Arc SQL Managed Instance pod scheduling

By default, SQL pods are scheduled with a preferred pod anti affinity between each other. This setting prefers that the pods are scheduled on different nodes, but does not require it. In a scenario where there are not enough nodes to place each pod on a distinct node, multiple pods are scheduled on a single node. Kubernetes does not reevaluate this decision until a pod is rescheduled.

This default behavior can be overridden using the scheduling options. Arc SQL Managed Instance has three controls for scheduling, which are located at $.spec.scheduling

NodeSelector

The simplest control is node selector. The node selector simply specifies a label that the target nodes for an instance must have. The path of nodeSelector is $.spec.scheduling.nodeSelector and functions the same as any other Kubernetes nodeSelector property. (see: Assign Pods to Nodes | Kubernetes)

Affinity

Affinity is a feature in Kubernetes that allows fine-grained control over how pods are scheduled onto nodes within a cluster. There are many ways to leverage affinity in Kubernetes (see: Assigning Pods to Nodes | Kubernetes). The same rules for applying affinities to traditional StatefulSets in Kubernetes apply in SQL MI. The exact same object model is used.

The path of affinity in a deployment is $.spec.template.spec.affinity, whereas the path of affinity in SQL MI is $.spec.scheduling.affinity.

Here is a sample spec for a required pod anti affinity between replicas of a single SQL MI instance. The labels chosen in the labelSelector of the affinity term are automatically applied by the dataController based on the resource type and name, but the labelSelector could be changed to use any labels provided.
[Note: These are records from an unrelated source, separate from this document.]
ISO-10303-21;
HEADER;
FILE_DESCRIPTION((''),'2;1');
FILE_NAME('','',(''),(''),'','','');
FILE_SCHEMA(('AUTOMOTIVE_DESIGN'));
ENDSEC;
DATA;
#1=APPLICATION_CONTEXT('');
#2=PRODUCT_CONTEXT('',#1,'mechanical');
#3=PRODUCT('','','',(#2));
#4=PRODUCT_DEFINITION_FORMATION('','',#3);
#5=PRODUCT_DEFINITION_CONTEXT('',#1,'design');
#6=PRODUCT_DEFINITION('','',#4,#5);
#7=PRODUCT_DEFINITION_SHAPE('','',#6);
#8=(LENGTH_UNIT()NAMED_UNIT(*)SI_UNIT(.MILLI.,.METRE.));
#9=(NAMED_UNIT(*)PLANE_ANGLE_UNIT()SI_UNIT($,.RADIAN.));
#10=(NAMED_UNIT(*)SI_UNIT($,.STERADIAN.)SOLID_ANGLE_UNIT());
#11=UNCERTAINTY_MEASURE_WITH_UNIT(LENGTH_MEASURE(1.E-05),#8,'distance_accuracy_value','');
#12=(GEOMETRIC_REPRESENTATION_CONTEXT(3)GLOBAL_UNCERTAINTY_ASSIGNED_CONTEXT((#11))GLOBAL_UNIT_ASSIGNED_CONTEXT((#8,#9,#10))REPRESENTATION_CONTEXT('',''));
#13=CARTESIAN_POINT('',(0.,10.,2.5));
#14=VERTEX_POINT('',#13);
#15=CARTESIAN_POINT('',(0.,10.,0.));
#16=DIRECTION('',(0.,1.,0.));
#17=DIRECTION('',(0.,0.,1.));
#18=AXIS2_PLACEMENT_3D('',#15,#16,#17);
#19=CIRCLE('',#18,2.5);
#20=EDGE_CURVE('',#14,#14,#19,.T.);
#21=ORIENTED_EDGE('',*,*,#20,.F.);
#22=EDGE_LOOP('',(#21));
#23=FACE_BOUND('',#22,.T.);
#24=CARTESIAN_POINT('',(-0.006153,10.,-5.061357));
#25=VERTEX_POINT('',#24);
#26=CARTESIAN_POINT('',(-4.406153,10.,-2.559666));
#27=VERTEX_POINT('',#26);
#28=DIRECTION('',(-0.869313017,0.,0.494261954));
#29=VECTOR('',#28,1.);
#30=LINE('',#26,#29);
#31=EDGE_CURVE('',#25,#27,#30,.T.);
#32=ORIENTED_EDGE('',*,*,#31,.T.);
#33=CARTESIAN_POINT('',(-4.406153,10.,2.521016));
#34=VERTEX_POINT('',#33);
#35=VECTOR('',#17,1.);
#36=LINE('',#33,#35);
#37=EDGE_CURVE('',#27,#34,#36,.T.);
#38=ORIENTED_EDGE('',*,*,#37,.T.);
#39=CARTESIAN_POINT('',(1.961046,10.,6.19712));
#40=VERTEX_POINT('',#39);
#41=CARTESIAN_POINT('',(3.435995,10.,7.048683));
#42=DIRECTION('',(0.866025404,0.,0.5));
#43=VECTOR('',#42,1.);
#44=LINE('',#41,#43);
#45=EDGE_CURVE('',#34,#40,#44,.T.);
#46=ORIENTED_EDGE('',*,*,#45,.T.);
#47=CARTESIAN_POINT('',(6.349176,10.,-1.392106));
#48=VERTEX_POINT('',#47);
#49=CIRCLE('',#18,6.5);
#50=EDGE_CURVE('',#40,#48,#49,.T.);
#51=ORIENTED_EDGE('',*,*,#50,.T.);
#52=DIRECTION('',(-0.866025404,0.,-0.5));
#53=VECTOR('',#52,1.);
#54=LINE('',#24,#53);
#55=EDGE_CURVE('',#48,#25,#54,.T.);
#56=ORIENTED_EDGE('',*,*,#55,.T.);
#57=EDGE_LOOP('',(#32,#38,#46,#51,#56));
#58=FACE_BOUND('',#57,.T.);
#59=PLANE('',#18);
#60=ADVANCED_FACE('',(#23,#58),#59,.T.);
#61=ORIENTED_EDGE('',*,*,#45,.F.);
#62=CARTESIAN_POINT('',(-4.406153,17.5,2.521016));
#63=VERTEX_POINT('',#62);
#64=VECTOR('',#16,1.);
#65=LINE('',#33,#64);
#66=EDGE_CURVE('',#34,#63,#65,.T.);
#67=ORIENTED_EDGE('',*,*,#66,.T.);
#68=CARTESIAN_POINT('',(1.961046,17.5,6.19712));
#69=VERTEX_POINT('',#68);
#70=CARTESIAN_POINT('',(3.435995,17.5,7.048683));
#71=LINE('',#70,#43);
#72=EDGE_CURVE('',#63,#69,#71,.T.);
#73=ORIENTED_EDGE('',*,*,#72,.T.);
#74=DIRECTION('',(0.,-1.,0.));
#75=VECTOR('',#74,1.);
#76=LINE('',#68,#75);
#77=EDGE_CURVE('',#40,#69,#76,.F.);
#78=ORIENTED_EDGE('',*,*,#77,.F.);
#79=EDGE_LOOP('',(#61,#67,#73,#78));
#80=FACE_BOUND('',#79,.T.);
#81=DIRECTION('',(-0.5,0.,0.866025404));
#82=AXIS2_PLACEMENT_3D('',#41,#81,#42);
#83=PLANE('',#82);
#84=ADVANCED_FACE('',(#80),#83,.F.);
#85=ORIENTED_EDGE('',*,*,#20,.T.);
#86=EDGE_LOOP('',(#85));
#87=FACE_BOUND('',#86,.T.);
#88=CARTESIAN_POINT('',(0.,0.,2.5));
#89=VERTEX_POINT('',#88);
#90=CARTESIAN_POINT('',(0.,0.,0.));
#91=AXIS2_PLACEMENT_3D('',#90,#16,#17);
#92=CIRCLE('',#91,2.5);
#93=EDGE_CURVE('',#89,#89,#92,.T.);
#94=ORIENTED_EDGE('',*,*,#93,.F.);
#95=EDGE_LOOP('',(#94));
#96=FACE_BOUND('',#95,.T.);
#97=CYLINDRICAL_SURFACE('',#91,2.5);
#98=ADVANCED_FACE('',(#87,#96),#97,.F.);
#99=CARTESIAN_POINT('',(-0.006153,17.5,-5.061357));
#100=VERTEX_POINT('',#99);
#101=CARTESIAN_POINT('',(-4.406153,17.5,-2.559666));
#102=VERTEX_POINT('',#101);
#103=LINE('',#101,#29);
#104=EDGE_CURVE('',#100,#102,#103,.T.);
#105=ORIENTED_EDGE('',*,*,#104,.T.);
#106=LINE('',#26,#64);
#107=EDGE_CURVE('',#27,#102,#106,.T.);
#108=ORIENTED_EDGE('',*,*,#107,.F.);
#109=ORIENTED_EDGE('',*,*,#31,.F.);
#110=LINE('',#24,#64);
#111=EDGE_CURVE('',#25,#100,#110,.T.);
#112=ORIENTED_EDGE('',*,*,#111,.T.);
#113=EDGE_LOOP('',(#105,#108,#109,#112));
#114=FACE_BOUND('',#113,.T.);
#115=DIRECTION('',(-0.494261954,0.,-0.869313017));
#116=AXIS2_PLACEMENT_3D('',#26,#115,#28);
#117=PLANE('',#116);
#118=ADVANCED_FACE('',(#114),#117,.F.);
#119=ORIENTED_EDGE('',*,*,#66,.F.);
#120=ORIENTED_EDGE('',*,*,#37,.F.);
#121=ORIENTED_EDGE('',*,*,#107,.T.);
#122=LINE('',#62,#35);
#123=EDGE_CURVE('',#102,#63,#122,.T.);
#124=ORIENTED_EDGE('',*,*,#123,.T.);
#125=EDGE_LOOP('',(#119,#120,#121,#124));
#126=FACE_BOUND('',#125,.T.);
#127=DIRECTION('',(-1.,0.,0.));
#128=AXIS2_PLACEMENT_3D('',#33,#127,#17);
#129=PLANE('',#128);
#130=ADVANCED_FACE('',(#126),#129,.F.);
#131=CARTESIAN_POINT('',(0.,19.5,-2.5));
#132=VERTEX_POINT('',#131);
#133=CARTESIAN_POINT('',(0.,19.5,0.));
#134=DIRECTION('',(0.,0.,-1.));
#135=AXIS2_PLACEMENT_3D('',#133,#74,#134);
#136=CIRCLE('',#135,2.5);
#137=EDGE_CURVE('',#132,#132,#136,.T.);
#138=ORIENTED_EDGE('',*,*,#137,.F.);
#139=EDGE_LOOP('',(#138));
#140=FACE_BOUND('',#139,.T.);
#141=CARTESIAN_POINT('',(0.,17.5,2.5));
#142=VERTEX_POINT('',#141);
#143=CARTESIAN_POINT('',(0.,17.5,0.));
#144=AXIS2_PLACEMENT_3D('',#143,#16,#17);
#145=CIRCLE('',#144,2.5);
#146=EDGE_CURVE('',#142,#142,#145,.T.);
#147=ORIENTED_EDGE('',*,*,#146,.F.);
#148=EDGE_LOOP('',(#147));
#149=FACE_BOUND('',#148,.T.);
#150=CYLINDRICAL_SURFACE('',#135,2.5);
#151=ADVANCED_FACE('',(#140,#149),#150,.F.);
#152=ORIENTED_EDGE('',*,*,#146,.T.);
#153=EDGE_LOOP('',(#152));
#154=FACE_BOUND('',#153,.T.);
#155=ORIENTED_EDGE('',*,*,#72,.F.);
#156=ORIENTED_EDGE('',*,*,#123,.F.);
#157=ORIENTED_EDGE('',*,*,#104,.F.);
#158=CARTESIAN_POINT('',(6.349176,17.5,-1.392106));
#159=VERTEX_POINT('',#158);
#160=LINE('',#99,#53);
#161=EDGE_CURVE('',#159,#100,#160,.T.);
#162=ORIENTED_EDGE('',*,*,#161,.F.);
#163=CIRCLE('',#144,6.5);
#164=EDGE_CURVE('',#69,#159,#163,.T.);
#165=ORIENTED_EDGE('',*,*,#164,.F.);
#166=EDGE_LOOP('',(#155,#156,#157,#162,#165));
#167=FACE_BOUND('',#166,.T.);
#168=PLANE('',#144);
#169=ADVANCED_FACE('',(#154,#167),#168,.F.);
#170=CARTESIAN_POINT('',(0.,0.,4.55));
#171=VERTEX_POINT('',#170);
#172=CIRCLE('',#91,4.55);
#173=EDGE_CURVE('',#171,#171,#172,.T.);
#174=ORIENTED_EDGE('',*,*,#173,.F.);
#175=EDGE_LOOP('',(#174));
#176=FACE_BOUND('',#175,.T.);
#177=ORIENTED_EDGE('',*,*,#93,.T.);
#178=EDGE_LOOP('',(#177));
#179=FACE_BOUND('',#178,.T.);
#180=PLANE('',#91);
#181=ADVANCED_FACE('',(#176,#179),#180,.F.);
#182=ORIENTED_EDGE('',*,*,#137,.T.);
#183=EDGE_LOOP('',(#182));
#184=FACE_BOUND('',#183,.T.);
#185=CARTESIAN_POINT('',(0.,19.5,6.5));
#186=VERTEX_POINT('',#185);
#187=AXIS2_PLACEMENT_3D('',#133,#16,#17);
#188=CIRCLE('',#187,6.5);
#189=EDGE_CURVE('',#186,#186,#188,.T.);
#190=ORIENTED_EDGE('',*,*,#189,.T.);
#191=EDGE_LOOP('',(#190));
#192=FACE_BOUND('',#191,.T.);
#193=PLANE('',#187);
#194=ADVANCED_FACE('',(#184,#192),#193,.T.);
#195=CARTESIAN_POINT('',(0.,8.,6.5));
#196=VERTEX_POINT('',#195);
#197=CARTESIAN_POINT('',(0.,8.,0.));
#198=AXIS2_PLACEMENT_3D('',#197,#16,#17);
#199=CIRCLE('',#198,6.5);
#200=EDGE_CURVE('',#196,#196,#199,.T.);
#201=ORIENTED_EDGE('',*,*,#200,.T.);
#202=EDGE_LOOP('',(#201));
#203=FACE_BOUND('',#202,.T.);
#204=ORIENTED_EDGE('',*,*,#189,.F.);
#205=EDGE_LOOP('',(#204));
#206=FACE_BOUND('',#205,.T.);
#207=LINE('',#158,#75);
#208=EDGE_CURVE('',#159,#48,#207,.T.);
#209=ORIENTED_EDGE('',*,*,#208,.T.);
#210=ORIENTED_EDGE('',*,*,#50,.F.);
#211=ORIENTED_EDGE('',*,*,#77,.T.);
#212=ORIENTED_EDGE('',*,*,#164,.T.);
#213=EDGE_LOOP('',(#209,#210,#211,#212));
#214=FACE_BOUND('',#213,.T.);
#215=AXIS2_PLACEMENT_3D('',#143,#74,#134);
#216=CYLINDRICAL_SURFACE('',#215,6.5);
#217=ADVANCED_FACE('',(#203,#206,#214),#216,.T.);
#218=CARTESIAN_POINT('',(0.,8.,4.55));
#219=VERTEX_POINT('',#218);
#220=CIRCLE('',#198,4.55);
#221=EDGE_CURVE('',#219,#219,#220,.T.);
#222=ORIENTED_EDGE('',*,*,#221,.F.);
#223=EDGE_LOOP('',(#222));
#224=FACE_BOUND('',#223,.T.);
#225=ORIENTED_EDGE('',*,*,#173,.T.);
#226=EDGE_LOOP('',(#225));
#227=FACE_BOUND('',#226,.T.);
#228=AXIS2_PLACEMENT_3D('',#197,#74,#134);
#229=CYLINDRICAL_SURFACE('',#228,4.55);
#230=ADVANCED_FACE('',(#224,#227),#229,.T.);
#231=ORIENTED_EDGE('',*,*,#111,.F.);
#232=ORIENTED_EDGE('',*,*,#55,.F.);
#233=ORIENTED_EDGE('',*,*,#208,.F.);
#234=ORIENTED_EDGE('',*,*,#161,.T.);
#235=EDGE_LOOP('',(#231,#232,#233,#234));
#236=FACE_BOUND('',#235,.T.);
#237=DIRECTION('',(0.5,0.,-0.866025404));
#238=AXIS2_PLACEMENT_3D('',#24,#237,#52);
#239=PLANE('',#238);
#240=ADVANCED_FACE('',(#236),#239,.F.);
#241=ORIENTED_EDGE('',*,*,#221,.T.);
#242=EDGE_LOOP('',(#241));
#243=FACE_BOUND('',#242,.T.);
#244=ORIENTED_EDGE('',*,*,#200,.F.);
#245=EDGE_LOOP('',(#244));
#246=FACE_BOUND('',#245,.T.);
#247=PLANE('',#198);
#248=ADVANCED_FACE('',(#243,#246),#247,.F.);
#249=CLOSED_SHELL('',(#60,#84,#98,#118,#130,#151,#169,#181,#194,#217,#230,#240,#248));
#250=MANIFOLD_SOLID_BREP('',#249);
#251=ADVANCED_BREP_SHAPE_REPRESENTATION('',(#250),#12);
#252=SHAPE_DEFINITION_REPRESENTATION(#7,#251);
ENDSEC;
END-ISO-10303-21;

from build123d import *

# Parameters (mm, degrees)
SKETCH1_R           = 4.55
BOSS_EXTRUDE1_DEPTH = 8
SKETCH2_R           = 2.5
CUT_EXTRUDE1_DEPTH  = 8
SKETCH3_R           = 6.5
BOSS_EXTRUDE4_DEPTH = 9.5
CUT_EXTRUDE2_DEPTH  = 7.5
SKETCH6_R           = 6.5
BOSS_EXTRUDE5_DEPTH = 2
SKETCH7_R           = 2.5
CUT_EXTRUDE3_DEPTH  = 22.558061137


with BuildPart() as part:
    # Sketch1 → Boss-Extrude1 (new body)
    with BuildSketch(Plane(origin=(0, 0, 0), x_dir=(1, 0, 0), z_dir=(0, 1, 0))):
        with Locations(Location((0, 0, 0), (0, 0, 270))):
            Circle(SKETCH1_R)
    extrude(amount=BOSS_EXTRUDE1_DEPTH)

    # Sketch2 → Cut-Extrude1 (cut)
    with BuildSketch(Plane(origin=(0, 8, 0), x_dir=(1, 0, 0), z_dir=(0, 1, 0))):
        with Locations(Location((0, 0, 0), (0, 0, 270))):
            Circle(SKETCH2_R)
    extrude(amount=-CUT_EXTRUDE1_DEPTH, mode=Mode.SUBTRACT)

    # Sketch3 → Boss-Extrude4 (add)
    with BuildSketch(Plane(origin=(0, 8, 0), x_dir=(1, 0, 0), z_dir=(0, 1, 0))):
        with Locations(Location((0, 0, 0), (0, 0, 270))):
            Circle(SKETCH3_R)
    extrude(amount=BOSS_EXTRUDE4_DEPTH)

    # Sketch5 → Cut-Extrude2 (cut)
    with BuildSketch(Plane(origin=(0, 17.5, 0), x_dir=(1, 0, 0), z_dir=(0, 1, 0))):
        Polygon((-4.406153459, -2.521016119), (-4.406153459, 2.55966625), (-0.006153459, 5.061357304), (7.819258761, 0.543353452), (3.435994759, -7.048682503), align=None)
    extrude(amount=-CUT_EXTRUDE2_DEPTH, mode=Mode.SUBTRACT)

    # Sketch6 → Boss-Extrude5 (add)
    with BuildSketch(Plane(origin=(0, 17.5, 0), x_dir=(1, 0, 0), z_dir=(0, 1, 0))):
        with Locations(Location((0, 0, 0), (0, 0, 270))):
            Circle(SKETCH6_R)
    extrude(amount=BOSS_EXTRUDE5_DEPTH)

    # Sketch7 → Cut-Extrude3 (cut, through all)
    with BuildSketch(Plane.XZ):
        with Locations(Location((0, 0, 0), (0, 0, 90))):
            Circle(SKETCH7_R)
    extrude(amount=-CUT_EXTRUDE3_DEPTH, mode=Mode.SUBTRACT)


solid = part.part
apiVersion: sql.arcdata.microsoft.com/v13
kind: SqlManagedInstance
metadata:
  labels:
    management.azure.com/resourceProvider: Microsoft.AzureArcData
  name: sql1
  namespace: test
spec:
  backup:
    retentionPeriodInDays: 7
  dev: false
  licenseType: LicenseIncluded
  orchestratorReplicas: 1
  preferredPrimaryReplicaSpec:
    preferredPrimaryReplica: any
    primaryReplicaFailoverInterval: 600
  readableSecondaries: 1
  replicas: 3
  scheduling:
    affinity:
      podAntiAffinity:
        requiredDuringSchedulingIgnoredDuringExecution:
        - labelSelector:
            matchLabels:
              arc-resource: sqlmanagedinstance
              controller: sql1
          topologyKey: kubernetes.io/hostname
    default:
      resources:
        limits:
          cpu: "4"
        requests:
          cpu: "4"
          memory: 4Gi
  services:
    primary:
      type: NodePort
    readableSecondaries:
      type: NodePort
  storage:
    data:
      volumes:
      - accessMode: ReadWriteOnce
        className: local-storage
        size: 5Gi
    logs:
      volumes:
      - accessMode: ReadWriteOnce
        className: local-storage
        size: 5Gi
  syncSecondaryToCommit: -1
  tier: BusinessCritical

TopologySpreadConstraints

Pod topology spread constraints control rules around how pods are spread across different groupings of nodes in a Kubernetes cluster. A cluster may have different node topology domains defined such as regions, zones, node pools, etc. A standard Kubernetes topology spread constraint can be applied at $.spec.scheduling.topologySpreadConstraints (see: Pod Topology Spread Constraints | Kubernetes).

For instance:

apiVersion: sql.arcdata.microsoft.com/v13 
kind: SqlManagedInstance 
metadata: 
  labels: 
  management.azure.com/resourceProvider: Microsoft.AzureArcData 
  name: sql1 
  namespace: test 
spec: 
  backup: 
  retentionPeriodInDays: 7 
  dev: false 
  licenseType: LicenseIncluded 
  orchestratorReplicas: 1 
  preferredPrimaryReplicaSpec: 
  preferredPrimaryReplica: any 
  primaryReplicaFailoverInterval: 600 
  readableSecondaries: 1 
  replicas: 3 
  scheduling:
    topologySpreadConstraints:
    - maxSkew: 1
      topologyKey: kubernetes.io/hostname
      whenUnsatisfiable: DoNotSchedule
      labelSelector:
        matchLabels:
          name: sql1

Note

These label selectors and constraints should be added or edited as part of the SqlManagedInstance custom resource definition spec, either during deployment or post deployment edit. It is not recommended to modify/edit statefulset or pod spec for SqlManagedInstance. These dodifications could be lost after next update/upgrade.